Search code examples

Using Apple's Accelerate framework, FFT, Hann windowing and Overlapping

I'm trying to setup FFT for a project and really didn't get a clear picture on things... Basically, I am using Audio Units to get the data from the device's microphone. I then want to do FFT on that data. This is what I understand so far: I need to setup a circular buffer for my data. On each filled buffer, I apply a Hann window then do an FFT. However, I still need some help on overlapping. To get more precise results, I understand I need to use this expecially since I am using windowing. However, I can't find anything on this... Here's what I have so far (used for pitch detection):

// Setup -------------  
UInt32 log2N          = 10; // 1024 samples  
UInt32 N              = (1 << log2N);  
FFTSetup FFTSettings  = vDSP_create_fftsetup(log2N, kFFTRadix2);  
FFTData.realp         = (float *) malloc(sizeof(float) * N/2);  
FFTData.imagp         = (float *) malloc(sizeof(float) * N/2);  
float * hannWindow = (float *) malloc(sizeof(float) * N);  

// create an array of floats to represent a hann window  
vDSP_hann_window(hannWindow, N, 0);

// FFT Time ----------  
// Moving data from A to B via hann window  
vDSP_vmul(A, 1, hannWindow, 1, B, 1, N);                                 

// Converting data in B into split complex form  
vDSP_ctoz((COMPLEX *) B, 2, &FFTData, 1, N/2);  

// Doing the FFT  
vDSP_fft_zrip(FFTSettings, &FFTData, 1, log2N, kFFTDirection_Forward);   

// calculating square of magnitude for each value  
vDSP_zvmags(&FFTData, 1, FFTData.realp, 1, N/2);  

// Inverse FFT  
vDSP_fft_zrip(FFTSettings, &FFTData, 1, log2N, kFFTDirection_Inverse);  

// Storing the autocorrelation results in B  
vDSP_ztoc(&FFTData, 1, (COMPLEX *)B, 2, N/2);  

vDSP_Length lastZeroCrosssing;  
vDSP_Length zeroCrossingCount;  
vDSP_nzcros(B, 1, N, &lastZeroCrossing, &zeroCrossingCount, N);  

// Cleanup -----------  

So where and how would I include overlapping? Also, any code snippets would be more then welcome. Thanks


The final goal for this project is to do a fingerprinting of the audio, as close to real-time as possible so I need the results as accurate as possible - thus the overlapping. For this purpose I think I could actually drop all the part from inverse to cleanup.

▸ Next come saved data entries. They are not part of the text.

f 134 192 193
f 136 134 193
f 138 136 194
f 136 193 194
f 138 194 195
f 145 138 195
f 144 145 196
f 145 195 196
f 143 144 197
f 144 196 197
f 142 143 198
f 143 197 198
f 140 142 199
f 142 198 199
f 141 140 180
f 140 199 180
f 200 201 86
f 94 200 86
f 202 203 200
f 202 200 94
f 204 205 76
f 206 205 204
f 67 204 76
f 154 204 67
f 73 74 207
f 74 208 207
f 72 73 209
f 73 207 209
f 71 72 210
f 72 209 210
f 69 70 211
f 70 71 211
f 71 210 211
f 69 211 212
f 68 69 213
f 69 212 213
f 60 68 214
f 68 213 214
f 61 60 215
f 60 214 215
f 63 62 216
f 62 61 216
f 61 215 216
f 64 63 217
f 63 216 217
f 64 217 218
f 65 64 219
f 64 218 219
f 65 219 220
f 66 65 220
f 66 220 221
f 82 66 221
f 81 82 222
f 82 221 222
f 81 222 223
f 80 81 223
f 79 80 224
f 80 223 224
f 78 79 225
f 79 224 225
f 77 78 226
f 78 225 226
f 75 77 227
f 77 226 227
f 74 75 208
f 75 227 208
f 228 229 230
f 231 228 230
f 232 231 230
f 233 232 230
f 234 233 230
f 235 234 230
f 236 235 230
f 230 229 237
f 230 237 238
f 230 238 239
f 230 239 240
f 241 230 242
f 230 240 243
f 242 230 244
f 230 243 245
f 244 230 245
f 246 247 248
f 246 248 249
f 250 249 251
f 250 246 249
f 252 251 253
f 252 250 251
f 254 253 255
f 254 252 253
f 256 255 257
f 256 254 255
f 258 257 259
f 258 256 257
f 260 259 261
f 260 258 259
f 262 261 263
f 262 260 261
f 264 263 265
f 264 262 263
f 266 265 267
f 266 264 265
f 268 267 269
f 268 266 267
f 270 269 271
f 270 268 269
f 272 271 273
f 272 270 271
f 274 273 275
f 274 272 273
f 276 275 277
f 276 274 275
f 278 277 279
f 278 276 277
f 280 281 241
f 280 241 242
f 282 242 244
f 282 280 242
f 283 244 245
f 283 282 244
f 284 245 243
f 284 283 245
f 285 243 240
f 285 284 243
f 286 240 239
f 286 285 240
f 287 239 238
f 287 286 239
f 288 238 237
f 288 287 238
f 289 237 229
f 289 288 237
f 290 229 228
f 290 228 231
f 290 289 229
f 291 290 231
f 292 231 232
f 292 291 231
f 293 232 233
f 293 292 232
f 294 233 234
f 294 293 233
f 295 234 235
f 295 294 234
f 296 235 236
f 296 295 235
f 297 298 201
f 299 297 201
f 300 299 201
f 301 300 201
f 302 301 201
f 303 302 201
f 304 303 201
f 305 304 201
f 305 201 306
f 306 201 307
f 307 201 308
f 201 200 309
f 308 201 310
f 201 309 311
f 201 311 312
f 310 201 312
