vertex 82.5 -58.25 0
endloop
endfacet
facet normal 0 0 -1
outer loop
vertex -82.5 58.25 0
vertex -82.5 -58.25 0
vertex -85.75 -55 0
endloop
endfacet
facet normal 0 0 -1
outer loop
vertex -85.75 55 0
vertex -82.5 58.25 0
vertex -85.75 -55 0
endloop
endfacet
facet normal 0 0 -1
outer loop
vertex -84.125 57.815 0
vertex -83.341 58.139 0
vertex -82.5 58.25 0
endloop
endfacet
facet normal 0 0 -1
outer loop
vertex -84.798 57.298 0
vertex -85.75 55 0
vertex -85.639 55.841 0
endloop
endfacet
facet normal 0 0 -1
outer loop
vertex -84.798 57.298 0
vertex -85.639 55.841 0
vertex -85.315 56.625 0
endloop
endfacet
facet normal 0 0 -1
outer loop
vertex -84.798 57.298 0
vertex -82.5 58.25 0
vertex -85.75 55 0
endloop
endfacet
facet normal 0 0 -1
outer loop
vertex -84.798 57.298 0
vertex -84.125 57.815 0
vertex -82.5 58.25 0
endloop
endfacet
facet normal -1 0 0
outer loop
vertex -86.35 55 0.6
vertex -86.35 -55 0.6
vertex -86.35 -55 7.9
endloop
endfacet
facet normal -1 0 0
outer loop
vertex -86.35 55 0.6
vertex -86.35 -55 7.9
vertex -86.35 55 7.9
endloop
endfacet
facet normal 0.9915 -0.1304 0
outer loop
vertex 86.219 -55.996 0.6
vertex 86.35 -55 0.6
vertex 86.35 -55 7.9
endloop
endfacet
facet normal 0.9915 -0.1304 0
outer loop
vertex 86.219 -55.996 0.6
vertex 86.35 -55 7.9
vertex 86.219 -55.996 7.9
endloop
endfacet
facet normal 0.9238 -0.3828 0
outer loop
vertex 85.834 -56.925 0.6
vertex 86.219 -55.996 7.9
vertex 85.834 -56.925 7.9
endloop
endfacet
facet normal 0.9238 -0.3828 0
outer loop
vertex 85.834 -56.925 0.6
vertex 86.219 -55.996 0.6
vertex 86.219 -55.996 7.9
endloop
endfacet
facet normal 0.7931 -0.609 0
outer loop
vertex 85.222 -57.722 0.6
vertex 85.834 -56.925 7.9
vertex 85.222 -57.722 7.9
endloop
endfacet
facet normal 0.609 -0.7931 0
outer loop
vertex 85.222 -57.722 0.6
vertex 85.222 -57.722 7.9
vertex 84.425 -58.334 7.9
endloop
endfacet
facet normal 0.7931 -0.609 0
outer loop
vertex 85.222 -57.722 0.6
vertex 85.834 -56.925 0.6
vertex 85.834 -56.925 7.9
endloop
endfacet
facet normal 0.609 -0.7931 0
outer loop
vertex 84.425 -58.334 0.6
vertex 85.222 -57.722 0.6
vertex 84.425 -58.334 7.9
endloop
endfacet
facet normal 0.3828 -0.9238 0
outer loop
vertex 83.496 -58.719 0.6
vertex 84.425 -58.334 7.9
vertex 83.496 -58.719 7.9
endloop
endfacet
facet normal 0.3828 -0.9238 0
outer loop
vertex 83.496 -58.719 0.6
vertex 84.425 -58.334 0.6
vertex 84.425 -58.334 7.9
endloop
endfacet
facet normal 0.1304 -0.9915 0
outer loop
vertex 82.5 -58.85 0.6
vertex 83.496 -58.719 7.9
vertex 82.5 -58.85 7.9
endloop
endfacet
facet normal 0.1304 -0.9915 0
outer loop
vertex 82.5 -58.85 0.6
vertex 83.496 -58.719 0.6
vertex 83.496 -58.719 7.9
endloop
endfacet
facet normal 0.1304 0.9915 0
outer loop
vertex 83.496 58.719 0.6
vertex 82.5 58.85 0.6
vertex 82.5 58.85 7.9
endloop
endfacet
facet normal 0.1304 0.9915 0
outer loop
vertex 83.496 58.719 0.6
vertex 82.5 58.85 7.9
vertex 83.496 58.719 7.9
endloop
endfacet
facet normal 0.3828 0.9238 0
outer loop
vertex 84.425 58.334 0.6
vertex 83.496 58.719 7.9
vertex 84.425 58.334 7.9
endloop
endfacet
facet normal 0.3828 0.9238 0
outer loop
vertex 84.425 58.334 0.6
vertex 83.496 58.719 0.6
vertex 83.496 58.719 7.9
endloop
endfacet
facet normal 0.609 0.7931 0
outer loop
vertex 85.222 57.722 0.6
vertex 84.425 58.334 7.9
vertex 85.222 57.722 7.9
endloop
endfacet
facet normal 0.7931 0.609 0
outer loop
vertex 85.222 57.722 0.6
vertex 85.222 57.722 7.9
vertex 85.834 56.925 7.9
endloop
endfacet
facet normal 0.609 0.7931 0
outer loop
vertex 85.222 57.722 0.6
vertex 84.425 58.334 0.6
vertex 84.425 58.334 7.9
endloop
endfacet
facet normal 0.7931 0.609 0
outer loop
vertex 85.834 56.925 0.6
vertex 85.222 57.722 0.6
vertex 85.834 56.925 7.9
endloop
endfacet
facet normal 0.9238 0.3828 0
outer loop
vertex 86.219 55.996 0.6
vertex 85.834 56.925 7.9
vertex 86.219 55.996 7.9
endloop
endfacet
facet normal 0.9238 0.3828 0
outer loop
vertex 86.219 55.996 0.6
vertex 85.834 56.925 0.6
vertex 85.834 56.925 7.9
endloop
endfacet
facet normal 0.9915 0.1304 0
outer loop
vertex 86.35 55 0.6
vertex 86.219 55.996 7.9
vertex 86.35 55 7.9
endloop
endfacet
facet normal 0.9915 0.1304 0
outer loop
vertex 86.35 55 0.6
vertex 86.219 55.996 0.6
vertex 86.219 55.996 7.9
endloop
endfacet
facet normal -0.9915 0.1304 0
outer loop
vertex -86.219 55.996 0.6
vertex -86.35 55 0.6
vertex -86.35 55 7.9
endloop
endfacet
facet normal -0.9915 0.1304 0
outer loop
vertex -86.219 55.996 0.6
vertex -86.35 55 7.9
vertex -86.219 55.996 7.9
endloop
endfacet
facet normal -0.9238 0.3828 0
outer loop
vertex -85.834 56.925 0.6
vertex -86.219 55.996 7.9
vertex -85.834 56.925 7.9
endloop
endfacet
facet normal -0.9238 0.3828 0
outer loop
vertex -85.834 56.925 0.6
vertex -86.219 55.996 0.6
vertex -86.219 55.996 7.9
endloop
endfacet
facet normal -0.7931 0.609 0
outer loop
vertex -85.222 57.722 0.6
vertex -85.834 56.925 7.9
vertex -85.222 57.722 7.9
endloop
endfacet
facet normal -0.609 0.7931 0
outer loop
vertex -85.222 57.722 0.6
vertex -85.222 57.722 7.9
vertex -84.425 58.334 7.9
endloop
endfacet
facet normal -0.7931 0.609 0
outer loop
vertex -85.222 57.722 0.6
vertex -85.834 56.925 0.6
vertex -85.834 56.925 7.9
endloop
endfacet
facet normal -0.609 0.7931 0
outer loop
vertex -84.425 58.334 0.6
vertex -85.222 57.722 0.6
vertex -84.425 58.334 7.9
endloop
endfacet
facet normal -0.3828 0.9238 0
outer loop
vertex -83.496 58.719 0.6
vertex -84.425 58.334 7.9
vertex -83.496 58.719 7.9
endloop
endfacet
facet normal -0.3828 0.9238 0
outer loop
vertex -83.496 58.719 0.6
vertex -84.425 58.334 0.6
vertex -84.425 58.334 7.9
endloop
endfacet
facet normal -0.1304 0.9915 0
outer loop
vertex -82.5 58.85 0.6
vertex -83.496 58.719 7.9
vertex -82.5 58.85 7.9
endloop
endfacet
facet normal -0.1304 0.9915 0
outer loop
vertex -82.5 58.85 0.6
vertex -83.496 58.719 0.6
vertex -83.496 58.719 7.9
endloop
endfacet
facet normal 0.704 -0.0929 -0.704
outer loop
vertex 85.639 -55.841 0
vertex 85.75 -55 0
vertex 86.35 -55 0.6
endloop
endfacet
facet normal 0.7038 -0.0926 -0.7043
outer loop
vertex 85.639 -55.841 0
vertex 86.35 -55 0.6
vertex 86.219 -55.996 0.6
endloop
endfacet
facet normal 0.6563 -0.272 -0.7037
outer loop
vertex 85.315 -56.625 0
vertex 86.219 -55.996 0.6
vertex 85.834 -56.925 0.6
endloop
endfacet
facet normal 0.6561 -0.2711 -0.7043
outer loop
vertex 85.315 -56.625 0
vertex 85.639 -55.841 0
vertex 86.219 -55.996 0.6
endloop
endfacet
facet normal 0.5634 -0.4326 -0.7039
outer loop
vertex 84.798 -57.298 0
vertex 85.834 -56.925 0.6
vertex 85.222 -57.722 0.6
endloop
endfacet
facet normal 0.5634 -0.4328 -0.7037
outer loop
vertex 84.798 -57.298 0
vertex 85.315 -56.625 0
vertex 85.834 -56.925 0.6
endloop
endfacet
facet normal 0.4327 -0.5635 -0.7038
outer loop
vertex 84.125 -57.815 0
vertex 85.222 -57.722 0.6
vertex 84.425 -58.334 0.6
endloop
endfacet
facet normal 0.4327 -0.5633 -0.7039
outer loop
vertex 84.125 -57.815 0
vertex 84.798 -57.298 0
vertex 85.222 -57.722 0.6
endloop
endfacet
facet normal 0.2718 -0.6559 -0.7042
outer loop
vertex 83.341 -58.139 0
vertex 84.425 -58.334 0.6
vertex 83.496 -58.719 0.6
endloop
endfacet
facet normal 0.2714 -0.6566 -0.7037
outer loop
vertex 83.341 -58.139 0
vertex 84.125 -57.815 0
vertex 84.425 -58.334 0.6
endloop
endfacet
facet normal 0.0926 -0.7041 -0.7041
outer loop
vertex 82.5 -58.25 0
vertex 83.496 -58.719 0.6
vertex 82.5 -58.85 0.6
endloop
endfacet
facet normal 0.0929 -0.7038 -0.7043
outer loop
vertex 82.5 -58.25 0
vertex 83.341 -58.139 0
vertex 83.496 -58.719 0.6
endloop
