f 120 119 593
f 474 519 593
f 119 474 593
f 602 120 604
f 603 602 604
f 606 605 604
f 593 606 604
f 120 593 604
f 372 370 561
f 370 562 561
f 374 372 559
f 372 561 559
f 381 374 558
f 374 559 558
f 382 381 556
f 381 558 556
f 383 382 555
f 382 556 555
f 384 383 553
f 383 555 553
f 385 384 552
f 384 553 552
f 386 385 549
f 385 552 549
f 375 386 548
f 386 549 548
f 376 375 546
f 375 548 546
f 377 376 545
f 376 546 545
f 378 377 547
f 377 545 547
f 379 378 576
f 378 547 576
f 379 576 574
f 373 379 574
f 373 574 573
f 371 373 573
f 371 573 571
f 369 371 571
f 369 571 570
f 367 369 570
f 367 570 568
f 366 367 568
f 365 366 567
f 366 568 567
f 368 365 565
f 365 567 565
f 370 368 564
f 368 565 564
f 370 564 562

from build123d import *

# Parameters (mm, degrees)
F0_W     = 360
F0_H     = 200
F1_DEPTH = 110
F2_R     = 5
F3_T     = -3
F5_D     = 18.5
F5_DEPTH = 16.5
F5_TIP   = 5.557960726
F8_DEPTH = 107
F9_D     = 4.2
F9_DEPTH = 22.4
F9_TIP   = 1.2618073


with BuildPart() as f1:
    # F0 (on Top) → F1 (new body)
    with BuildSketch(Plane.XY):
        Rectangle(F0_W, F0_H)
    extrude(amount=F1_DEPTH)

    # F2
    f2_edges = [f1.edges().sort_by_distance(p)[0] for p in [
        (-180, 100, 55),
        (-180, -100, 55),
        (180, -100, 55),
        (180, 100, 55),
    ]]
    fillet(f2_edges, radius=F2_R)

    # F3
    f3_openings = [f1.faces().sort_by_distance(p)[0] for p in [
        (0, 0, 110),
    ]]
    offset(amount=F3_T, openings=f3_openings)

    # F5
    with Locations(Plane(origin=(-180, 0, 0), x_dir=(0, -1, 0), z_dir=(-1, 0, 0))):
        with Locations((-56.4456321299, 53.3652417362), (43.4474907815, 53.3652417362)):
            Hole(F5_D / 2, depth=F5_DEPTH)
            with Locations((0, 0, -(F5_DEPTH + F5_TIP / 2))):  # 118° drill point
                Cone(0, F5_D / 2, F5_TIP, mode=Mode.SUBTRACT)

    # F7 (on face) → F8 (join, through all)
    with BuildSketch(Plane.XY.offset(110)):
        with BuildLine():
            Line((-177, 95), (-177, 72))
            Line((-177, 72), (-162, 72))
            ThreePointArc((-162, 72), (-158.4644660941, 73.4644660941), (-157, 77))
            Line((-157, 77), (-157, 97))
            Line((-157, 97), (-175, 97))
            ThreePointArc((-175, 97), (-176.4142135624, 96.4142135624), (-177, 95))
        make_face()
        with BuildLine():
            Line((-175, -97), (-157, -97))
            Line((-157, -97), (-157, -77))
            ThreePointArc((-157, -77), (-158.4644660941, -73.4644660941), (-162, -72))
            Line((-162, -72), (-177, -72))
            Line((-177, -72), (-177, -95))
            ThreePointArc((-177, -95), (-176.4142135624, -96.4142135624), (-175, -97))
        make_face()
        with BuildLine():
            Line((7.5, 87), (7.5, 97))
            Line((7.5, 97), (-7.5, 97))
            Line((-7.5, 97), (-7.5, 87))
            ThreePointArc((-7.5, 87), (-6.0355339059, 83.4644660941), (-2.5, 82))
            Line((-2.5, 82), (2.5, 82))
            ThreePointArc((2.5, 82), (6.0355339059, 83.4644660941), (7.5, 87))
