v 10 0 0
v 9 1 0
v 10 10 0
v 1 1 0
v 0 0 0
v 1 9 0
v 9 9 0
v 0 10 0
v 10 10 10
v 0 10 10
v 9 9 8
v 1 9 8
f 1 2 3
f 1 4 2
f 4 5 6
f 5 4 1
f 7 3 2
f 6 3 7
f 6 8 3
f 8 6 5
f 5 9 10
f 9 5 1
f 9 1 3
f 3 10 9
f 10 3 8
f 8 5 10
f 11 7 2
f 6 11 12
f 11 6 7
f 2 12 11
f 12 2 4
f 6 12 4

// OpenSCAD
module gripRecess01(
  width=10,
  height=10,
  wallThickness=2,
  gripDepth=5
) {
  // make a default grip recess and finally scale it accordingly to width and height
  // outer sphere
  // inner sphere
  // cut on top
  // cut on front
  // sourrounding wall

  // scale it
  //scale([width, height, wallThickness]) {
  
    // base
    cube([1, 1, 1]);
    // sphere
    sphere(r = 10);

  //};
};

module gripRecess02() {
    
}

//gripRecess01();

 module prism(l, w, h){
       polyhedron(
               points=[[0,0,0], [l,0,0], [l,w,0], [0,w,0], [0,w,h], [l,w,h]],
               faces=[[0,1,2,3],[5,4,3,2],[0,4,5,1],[3,4,0],[5,2,1]]
               );
}

module test() {
difference() {
prism(10, 10, 10);
    translate([1, 1, 0]) {
prism(8, 8, 8);
    };
};
};

test();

  • You don't actually need to overlap - typically frames are overlapped to give higher resolution in the time axis, e.g. for plotting spectrograms or for estimating note onset times. You could just get your code working without overlapping for now, as it's less complicated, and then decide whether you need higher resolution on the time axis later.

    If you decide you do want to add overlapping then you will need to save a chunk of the previous buffer (e.g. 50%) and then for each new buffer you will process two complete buffers as follows:

    • process last 50% of old buffer + first 50% of new buffer
    • process 100% of new buffer
    • save last 50% of new buffer for next iteration

    For different overlap percentages a similar logic applies.

    Note that increasing overlap beyond a certain point can become counterproductive as the required processing bandwidth increases greatly with little gain in resolution.